The platform provides tests for differences between means of the treatment
groups and the control group. The success metrics and guardrail metrics tests
are slightly different in their interpretations.
Superiority Tests
Confidence uses superiority tests for success metrics and for deterioration tests.
A success metric test can be significant or non-significant. Significant means that it’s unlikely to
find the observed difference of means between the groups if there were no effect. All success
metric tests are against the null hypothesis of zero. Three types of tests are available for
success metrics.
Any change
Increase
Decrease
- Significant result: The data shows evidence that the treatment caused a change in the metric.
- Insignificant result: The data shows no evidence that the treatment caused a change in the metric.
The statistical hypotheses used in the test are:
- H0:δ=0
- H1:δ=0
where δ is the treatment effect.
- Significant result: The data shows evidence that the treatment caused an increase in the metric.
- Insignificant result: The data shows no evidence that the treatment caused an increase in the metric.
The statistical hypotheses used in the test are:
- H0:δ=0
- H1:δ>0
where δ is the treatment effect.
- Significant result: The data shows evidence that the treatment caused a decrease in the metric.
- Insignificant result: The data shows no evidence that the treatment caused a decrease in the metric.
The statistical hypotheses used in the test are:
- H0:δ=0
- H1:δ<0
where δ is the treatment effect.
Non-Inferiority Tests
Confidence uses non-inferiority tests for guardrail metrics.
For non-inferiority tests, the test is against the null hypothesis of NIM (non-inferiority margin).
You must select a direction for a non-inferiority test.
- Significant result: The data shows evidence that the metric hasn’t decreased by more than NIM in the treatment group.
- Insignificant result: The data shows no evidence that the metric hasn’t decreased by more than NIM in the treatment group.
The statistical hypotheses used in the test are:
- H0:δ<−NIM
- H1:δ>−NIM
where δ is the treatment effect.
- Significant result: The data shows evidence that the metric hasn’t increased by more than NIM in the treatment group.
- Insignificant result: The data shows no evidence that the metric hasn’t increased by more than NIM in the treatment group.
The statistical hypotheses used in the test are:
- H0:δ>NIM
- H1:δ<NIM
where δ is the treatment effect.
Inferiority Tests
Confidence uses inferiority tests for unintended negative effects in success and guardrail metrics. The inferiority test is testing for a move in the opposite direction than the intended one.
For inferiority tests, the test is against the null hypothesis of zero.
You must select a direction for an inferiority test.
- Significant result: The data shows evidence that the treatment caused a decrease in the metric.
- Insignificant result: The data shows no evidence that the treatment caused a decrease in the metric.
The statistical hypotheses used in the test are:
- H0:δ=0
- H1:δ<0
where δ is the treatment effect.
- Significant result: The data shows evidence that the treatment caused an increase in the metric.
- Insignificant result: The data shows no evidence that the treatment caused an increase in the metric.

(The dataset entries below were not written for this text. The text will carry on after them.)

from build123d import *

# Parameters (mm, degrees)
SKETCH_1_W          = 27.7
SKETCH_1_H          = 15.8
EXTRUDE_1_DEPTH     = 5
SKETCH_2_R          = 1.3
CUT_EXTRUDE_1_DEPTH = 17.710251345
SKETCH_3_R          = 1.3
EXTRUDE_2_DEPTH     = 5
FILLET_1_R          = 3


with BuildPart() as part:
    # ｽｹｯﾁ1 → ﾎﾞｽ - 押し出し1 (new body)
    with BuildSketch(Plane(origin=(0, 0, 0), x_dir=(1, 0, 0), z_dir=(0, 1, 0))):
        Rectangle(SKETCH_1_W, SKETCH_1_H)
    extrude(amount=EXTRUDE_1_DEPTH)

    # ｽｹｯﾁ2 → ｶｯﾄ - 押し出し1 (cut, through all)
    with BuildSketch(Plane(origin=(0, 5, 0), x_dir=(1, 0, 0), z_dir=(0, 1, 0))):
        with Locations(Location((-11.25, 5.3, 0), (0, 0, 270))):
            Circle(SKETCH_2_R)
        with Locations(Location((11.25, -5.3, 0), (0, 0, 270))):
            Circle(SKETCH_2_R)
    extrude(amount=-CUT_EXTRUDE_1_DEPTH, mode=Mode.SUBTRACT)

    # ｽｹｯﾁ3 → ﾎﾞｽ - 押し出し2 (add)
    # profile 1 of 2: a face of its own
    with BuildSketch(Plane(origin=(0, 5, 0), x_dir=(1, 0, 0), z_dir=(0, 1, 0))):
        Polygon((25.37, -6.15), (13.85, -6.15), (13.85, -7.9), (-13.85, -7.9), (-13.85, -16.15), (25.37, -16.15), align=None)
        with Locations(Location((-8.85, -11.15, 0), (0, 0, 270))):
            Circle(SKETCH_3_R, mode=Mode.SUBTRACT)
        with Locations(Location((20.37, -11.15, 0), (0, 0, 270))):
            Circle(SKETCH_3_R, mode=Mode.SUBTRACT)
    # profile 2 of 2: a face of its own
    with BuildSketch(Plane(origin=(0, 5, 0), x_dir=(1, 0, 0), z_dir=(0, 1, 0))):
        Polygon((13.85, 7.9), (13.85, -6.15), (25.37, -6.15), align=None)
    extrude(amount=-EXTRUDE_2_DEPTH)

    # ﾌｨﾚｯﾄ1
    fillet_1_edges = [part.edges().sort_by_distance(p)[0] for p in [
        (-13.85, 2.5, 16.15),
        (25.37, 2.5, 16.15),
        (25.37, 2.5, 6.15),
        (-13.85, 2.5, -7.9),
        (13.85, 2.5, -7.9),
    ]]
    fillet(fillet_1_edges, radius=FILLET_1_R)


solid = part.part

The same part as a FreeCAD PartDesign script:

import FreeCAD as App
import Part
import Sketcher
Q = App.Units.Quantity


def edges_at(feature, points):
    """Names of the edges that pass closest to the given points."""
    edges = feature.Shape.Edges
    near = lambda p: min(range(len(edges)), key=lambda i: edges[i].distToShape(Part.Vertex(*p))[0])
    return sorted({f"Edge{near(p) + 1}" for p in points})


def add_polygon(sketch, points):
    """Adds a closed chain of lines whose ends are joined by coincident constraints."""
    first, n = sketch.GeometryCount, len(points)
    for a, b in zip(points, points[1:] + points[:1]):
        sketch.addGeometry(Part.LineSegment(App.Vector(*a, 0), App.Vector(*b, 0)), False)
    for i in range(n):
        sketch.addConstraint(Sketcher.Constraint("Coincident", first + i, 2, first + (i + 1) % n, 1))

doc = App.newDocument("Part")
body = doc.addObject("PartDesign::Body", "Body")

# Sketch on XZ plane
sketch1 = body.newObject("Sketcher::SketchObject", "Sketch")
sketch1.AttachmentSupport = (doc.getObject("XZ_Plane"), [""])
sketch1.MapMode = "FlatFace"
add_polygon(sketch1, [(-14, -8), (-14, 8), (14, 8), (14, -8)])  # lines 0-3
sketch1.addConstraint([
    Sketcher.Constraint("Vertical", 0),
    Sketcher.Constraint("Horizontal", 1),
    Sketcher.Constraint("Vertical", 2),
    Sketcher.Constraint("Horizontal", 3),
    Sketcher.Constraint("Symmetric", 0, 2, 2, 2, -1, 1),
    Sketcher.Constraint("DistanceX", 1, 1, 1, 2, Q("27.7 mm")),
    Sketcher.Constraint("DistanceY", 0, 1, 0, 2, Q("15.8 mm")),
])
pad1 = body.newObject("PartDesign::Pad", "Pad")
pad1.Profile = sketch1
pad1.Length = 5
pad1.Reversed = True

# Sketch on XZ plane
sketch2 = body.newObject("Sketcher::SketchObject", "Sketch001")
sketch2.AttachmentSupport = (doc.getObject("XZ_Plane"), [""])
sketch2.MapMode = "FlatFace"
sketch2.AttachmentOffset = App.Placement(App.Vector(0, 0, -5), App.Rotation())
sketch2.addGeometry([
    Part.Circle(App.Vector(-11.2, -5.3, 0), App.Vector(0, 0, 1), 1.3),
    Part.Circle(App.Vector(11.2, 5.3, 0), App.Vector(0, 0, 1), 1.3),
], False)
sketch2.addConstraint([
    Sketcher.Constraint("Equal", 0, 1),
    Sketcher.Constraint("Symmetric", 0, 3, 1, 3, -1, 1),
    Sketcher.Constraint("Diameter", 0, Q("2.6 mm")),
    Sketcher.Constraint("DistanceY", 0, 3, -1, 1, Q("5.3 mm")),
    Sketcher.Constraint("DistanceX", 0, 3, 1, 3, Q("22.5 mm")),
])
pocket1 = body.newObject("PartDesign::Pocket", "Pocket")
pocket1.Profile = sketch2
pocket1.Type = "ThroughAll"
pocket1.Reversed = True

# Sketch on XZ plane
sketch3 = body.newObject("Sketcher::SketchObject", "Sketch002")
sketch3.AttachmentSupport = (doc.getObject("XZ_Plane"), [""])
sketch3.MapMode = "FlatFace"
sketch3.AttachmentOffset = App.Placement(App.Vector(0, 0, -5), App.Rotation())
add_polygon(sketch3, [(25.4, 16.1), (25.4, 6.2), (13.8, -7.9), (13.8, 7.9), (-13.8, 7.9), (-13.8, 16.1)])  # lines 0-5
sketch3.addGeometry(Part.Circle(App.Vector(-8.8, 11.2, 0), App.Vector(0, 0, 1), 1.3), False)  # 6
sketch3.addGeometry(Part.Circle(App.Vector(20.4, 11.2, 0), App.Vector(0, 0, 1), 1.3), False)  # 7
sketch3.addConstraint([
    Sketcher.Constraint("Vertical", 0),
    Sketcher.Constraint("Vertical", 2),
    Sketcher.Constraint("Horizontal", 3),
    Sketcher.Constraint("Vertical", 4),
    Sketcher.Constraint("Horizontal", 5),
    Sketcher.Constraint("Equal", 6, 7),
    Sketcher.Constraint("Symmetric", 1, 2, 3, 2, -1, 1),
    Sketcher.Constraint("Horizontal", 6, 3, 7, 3),
    Sketcher.Constraint("Diameter", 6, Q("2.6 mm")),
    Sketcher.Constraint("DistanceY", 0, 2, 0, 1, Q("10 mm")),
    Sketcher.Constraint("DistanceX", 3, 2, 3, 1, Q("27.7 mm")),
    Sketcher.Constraint("DistanceY", 2, 1, 2, 2, Q("15.8 mm")),
    Sketcher.Constraint("DistanceX", 7, 3, 0, 2, Q("5 mm")),
    Sketcher.Constraint("DistanceY", 0, 2, 7, 3, Q("5 mm")),
    Sketcher.Constraint("DistanceX", 3, 2, 6, 3, Q("5 mm")),
    Sketcher.Constraint("DistanceX", 5, 1, 5, 2, Q("39.22 mm")),
    Sketcher.Constraint("DistanceY", 4, 1, 4, 2, Q("8.25 mm")),
])
pad2 = body.newObject("PartDesign::Pad", "Pad001")
pad2.Profile = sketch3
pad2.Length = 5
doc.recompute()

fillet = body.newObject("PartDesign::Fillet", "Fillet")
fillet.Base = (pad2, edges_at(pad2, [
    (-13.85, 2.5, 16.15),
    (25.37, 2.5, 16.15),
    (25.37, 2.5, 6.15),
    (-13.85, 2.5, -7.9),
    (13.85, 2.5, -7.9),
]))
fillet.Radius = 3

doc.recompute()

The statistical hypotheses used in the test are:
- H0:δ=0
- H1:δ>0
where δ is the treatment effect.
Relative Values
Confidence performs tests on the absolute values, but lets you give NIMs on a relative scale.
The mean of the baseline group, typically the control group, transforms the relative values into absolute values.
Tests for Success Metrics
Success metrics always use a superiority test. The test is against the null hypothesis of zero mean difference between the groups.
Tests for Guardrail Metrics
You can test guardrail metrics in two different ways:
- Use an inferiority test. This test evaluates whether there is evidence that the guardrail
metric does worse in the treatment group compared to the control group.
- Use a non-inferioriy test. This test instead evaluates whether there is evidence that the
guardrail metric does better than a pre-defined threshold in the treatment group compared to the
control group.
Tests for Deterioration
Confidence tests all success and guardrail metrics for deterioration. For
success metrics, this means testing for inferiority and superiority separately.
For guardrail metrics, this means testing for inferiority and non-inferiority if
the guardrail metric uses a non-inferiority test.